Task requirements
In the listing below, find the line holding "e60 v12 v29 LINE" and the line holding "Rebuilt in FreeCAD, every". Write out those two lines and all lines between, exactly, and nothing more.

════════

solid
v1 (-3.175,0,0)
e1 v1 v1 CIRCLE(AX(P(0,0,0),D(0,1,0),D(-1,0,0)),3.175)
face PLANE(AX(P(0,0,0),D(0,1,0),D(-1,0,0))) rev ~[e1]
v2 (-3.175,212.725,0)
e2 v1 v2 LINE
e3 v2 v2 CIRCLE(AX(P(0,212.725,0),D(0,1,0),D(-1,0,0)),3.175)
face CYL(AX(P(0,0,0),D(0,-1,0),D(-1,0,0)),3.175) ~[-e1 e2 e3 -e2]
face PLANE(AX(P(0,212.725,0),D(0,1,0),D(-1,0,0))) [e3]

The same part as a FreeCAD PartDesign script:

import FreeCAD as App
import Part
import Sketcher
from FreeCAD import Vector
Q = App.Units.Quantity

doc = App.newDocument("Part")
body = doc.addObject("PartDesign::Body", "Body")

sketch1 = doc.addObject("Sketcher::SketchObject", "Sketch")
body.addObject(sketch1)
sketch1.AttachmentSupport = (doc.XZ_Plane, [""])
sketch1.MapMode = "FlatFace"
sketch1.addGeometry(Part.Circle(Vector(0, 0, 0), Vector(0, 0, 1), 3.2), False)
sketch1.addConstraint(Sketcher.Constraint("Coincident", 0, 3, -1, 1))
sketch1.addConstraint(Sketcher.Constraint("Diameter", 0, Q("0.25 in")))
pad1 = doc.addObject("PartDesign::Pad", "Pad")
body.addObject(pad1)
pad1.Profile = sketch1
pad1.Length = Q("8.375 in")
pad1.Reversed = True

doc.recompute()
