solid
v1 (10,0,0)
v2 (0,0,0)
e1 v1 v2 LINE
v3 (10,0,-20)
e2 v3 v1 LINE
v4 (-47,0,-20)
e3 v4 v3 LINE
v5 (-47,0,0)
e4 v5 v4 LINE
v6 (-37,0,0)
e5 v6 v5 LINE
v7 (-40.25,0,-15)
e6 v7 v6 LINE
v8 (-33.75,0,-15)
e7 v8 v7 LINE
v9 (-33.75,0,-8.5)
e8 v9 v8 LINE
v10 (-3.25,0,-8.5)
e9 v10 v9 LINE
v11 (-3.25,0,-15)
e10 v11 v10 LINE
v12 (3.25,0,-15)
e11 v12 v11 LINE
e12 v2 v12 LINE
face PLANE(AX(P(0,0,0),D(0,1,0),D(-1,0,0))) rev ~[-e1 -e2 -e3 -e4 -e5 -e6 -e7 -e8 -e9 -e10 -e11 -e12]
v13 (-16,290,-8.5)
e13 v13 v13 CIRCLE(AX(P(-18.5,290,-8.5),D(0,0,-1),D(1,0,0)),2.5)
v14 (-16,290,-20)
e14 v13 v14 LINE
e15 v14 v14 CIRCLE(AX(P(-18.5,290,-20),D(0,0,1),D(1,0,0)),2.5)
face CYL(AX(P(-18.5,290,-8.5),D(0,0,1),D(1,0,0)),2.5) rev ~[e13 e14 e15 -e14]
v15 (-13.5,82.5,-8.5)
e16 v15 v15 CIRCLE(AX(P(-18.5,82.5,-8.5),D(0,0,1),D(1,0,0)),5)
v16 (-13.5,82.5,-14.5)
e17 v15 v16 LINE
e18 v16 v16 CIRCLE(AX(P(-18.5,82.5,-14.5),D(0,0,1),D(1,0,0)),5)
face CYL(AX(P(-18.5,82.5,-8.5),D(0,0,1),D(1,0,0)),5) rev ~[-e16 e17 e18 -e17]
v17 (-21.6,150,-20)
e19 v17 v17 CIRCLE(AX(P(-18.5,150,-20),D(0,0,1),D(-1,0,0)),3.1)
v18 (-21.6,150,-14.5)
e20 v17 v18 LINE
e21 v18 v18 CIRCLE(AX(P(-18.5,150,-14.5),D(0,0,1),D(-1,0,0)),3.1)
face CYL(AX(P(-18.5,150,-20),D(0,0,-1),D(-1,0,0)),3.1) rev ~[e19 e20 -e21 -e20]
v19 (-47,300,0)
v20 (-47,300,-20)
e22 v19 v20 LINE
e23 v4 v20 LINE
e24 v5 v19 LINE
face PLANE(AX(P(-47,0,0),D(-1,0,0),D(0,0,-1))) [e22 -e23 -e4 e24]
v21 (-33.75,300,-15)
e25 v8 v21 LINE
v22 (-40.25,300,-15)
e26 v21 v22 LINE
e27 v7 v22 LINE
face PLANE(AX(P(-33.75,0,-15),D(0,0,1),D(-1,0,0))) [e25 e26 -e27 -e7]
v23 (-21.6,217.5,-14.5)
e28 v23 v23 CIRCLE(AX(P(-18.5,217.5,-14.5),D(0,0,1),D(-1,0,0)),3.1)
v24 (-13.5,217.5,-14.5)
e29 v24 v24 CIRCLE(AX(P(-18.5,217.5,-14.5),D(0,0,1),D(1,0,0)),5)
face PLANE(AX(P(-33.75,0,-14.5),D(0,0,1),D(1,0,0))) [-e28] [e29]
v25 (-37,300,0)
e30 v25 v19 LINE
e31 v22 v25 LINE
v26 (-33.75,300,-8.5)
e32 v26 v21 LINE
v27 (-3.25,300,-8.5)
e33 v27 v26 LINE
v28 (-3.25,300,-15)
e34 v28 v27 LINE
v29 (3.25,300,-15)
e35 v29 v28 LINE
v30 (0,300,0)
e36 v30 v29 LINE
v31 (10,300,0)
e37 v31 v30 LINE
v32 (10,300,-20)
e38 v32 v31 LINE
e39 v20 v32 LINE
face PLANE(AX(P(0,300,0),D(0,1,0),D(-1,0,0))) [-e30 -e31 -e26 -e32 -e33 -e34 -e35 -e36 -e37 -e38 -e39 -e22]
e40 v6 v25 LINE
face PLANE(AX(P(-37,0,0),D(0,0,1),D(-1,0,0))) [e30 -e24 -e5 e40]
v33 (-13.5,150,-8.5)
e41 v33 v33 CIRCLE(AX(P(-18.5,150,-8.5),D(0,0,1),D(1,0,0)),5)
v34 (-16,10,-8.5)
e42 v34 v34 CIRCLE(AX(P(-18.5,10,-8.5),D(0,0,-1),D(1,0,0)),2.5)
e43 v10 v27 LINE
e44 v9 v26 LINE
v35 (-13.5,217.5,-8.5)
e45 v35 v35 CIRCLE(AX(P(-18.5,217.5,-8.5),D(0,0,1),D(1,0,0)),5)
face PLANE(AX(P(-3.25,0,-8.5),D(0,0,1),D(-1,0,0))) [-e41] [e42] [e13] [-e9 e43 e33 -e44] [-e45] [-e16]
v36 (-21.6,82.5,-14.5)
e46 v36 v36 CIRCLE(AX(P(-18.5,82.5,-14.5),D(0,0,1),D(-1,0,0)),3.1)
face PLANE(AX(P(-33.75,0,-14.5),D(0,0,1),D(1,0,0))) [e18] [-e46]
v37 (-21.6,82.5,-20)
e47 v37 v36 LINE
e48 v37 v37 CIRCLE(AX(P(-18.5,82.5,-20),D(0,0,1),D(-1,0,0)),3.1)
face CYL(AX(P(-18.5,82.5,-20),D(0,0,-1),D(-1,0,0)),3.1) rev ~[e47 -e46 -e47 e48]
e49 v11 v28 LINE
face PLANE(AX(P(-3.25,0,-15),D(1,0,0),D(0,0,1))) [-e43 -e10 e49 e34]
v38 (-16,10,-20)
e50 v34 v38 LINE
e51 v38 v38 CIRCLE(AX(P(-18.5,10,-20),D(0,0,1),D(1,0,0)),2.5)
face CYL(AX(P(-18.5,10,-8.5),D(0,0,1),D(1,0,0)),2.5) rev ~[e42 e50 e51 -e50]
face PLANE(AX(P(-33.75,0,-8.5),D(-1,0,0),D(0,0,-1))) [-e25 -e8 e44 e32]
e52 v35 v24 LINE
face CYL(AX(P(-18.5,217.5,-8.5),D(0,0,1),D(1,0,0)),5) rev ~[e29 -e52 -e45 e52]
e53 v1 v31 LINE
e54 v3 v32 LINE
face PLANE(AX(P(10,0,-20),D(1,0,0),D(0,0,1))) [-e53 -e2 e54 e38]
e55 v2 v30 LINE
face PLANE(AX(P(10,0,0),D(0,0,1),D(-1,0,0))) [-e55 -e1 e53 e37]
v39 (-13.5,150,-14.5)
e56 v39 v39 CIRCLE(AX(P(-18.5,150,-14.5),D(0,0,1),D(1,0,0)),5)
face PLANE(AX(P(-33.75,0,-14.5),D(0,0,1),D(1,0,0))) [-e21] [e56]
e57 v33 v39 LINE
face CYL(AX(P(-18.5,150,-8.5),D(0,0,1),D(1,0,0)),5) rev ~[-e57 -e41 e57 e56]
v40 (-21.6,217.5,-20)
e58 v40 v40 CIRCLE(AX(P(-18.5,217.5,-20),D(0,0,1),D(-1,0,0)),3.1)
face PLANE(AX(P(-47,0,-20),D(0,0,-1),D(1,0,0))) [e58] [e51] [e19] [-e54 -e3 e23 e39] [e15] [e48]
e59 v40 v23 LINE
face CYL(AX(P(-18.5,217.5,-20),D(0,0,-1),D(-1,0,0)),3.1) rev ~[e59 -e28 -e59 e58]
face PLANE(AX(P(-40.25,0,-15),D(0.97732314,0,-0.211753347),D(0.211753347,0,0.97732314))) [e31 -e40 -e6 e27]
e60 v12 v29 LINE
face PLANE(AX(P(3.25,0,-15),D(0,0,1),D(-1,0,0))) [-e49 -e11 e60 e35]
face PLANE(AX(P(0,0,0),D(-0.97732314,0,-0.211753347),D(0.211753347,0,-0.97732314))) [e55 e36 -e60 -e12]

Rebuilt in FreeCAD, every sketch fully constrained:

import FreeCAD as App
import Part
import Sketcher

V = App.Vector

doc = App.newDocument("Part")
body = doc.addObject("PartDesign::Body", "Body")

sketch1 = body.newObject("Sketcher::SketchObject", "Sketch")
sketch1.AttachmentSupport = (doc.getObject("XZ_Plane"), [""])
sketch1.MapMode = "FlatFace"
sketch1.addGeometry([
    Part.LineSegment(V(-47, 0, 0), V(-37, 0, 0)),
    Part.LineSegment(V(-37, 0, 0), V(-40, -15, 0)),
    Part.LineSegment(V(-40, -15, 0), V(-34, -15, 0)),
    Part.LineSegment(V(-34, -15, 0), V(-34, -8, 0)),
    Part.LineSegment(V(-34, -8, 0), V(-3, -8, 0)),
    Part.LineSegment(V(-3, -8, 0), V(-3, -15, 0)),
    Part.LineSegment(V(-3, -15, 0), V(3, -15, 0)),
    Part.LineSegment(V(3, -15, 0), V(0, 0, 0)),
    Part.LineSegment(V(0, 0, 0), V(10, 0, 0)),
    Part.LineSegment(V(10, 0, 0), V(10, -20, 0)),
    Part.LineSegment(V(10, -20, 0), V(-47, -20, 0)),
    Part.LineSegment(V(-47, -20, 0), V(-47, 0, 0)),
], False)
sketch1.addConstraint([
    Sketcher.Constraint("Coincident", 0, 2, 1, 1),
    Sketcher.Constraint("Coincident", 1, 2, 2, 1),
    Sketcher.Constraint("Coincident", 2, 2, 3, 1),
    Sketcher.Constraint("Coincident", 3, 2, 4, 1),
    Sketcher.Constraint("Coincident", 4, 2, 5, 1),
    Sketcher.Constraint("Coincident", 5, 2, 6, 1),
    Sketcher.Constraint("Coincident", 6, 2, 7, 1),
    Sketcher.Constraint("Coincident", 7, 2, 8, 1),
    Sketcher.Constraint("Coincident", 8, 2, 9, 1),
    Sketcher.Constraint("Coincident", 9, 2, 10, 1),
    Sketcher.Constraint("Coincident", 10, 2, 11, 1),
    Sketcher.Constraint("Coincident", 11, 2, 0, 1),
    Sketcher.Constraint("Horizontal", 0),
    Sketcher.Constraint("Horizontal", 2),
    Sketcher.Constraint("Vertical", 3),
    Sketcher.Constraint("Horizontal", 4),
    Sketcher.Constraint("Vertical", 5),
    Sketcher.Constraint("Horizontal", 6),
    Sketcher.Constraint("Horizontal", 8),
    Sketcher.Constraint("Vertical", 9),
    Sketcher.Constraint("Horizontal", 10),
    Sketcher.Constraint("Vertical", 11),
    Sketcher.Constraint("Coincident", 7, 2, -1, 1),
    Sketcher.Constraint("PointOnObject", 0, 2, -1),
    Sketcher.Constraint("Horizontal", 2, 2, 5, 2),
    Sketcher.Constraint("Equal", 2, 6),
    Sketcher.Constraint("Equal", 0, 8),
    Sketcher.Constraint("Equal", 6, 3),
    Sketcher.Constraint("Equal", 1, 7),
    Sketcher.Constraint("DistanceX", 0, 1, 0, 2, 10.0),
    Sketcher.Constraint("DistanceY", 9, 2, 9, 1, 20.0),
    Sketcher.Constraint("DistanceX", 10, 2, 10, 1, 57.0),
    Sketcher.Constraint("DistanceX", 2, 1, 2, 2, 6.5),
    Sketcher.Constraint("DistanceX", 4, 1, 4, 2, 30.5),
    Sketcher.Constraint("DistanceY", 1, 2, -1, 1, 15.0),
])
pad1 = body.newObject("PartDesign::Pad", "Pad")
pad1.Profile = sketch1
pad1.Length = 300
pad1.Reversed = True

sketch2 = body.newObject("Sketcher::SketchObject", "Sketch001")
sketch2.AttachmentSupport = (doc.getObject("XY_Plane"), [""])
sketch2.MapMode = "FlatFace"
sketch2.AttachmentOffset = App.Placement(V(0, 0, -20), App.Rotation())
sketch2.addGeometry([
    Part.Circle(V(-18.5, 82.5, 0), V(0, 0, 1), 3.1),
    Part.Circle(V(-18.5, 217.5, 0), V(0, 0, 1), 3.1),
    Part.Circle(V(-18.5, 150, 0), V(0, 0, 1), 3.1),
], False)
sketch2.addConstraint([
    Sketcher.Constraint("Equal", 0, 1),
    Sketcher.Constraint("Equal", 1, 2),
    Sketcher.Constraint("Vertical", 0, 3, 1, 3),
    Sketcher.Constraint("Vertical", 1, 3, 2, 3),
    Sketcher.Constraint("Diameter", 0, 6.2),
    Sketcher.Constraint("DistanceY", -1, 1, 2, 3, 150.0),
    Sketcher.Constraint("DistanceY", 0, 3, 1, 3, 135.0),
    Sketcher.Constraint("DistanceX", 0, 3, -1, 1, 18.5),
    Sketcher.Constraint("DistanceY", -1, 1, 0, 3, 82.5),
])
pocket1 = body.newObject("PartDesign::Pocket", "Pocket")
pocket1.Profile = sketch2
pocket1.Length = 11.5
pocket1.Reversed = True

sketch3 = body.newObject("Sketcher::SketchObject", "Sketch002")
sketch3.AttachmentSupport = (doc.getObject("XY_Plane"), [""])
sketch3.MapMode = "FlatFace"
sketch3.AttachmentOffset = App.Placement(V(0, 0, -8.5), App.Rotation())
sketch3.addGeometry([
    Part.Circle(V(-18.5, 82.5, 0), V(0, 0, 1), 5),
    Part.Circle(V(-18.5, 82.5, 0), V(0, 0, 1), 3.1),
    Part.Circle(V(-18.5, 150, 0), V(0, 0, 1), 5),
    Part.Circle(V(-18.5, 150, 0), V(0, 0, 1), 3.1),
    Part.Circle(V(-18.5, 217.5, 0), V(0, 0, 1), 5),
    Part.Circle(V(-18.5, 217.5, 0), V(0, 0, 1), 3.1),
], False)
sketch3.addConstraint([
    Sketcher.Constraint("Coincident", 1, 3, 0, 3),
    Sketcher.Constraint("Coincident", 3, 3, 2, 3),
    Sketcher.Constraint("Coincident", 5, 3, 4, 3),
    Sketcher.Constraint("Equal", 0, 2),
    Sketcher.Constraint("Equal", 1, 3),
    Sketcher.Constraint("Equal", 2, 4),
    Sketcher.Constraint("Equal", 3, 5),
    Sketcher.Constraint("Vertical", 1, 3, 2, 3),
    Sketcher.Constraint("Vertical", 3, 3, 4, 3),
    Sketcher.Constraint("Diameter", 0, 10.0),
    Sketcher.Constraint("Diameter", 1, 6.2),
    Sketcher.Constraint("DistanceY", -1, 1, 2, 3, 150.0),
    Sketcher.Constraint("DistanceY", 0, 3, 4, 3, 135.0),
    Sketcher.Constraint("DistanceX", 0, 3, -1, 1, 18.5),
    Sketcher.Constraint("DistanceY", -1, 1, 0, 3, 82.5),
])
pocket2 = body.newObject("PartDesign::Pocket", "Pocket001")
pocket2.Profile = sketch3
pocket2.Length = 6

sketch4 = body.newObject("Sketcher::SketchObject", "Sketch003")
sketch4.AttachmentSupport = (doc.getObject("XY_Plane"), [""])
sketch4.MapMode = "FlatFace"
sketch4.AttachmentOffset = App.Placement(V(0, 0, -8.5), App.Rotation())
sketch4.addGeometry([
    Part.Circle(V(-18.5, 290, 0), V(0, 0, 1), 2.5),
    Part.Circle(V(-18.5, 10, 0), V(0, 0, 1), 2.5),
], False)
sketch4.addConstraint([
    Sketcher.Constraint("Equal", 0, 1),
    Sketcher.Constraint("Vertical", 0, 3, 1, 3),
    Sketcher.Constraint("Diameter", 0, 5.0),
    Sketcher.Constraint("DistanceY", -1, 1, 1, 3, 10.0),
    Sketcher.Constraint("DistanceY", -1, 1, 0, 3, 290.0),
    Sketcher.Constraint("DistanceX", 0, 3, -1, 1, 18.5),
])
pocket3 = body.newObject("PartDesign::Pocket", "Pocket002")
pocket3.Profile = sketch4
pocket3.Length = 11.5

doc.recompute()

════════

Solution to this problem
e60 v12 v29 LINE
face PLANE(AX(P(3.25,0,-15),D(0,0,1),D(-1,0,0))) [-e49 -e11 e60 e35]
face PLANE(AX(P(0,0,0),D(-0.97732314,0,-0.211753347),D(0.211753347,0,-0.97732314))) [e55 e36 -e60 -e12]

Rebuilt in FreeCAD, every sketch fully constrained:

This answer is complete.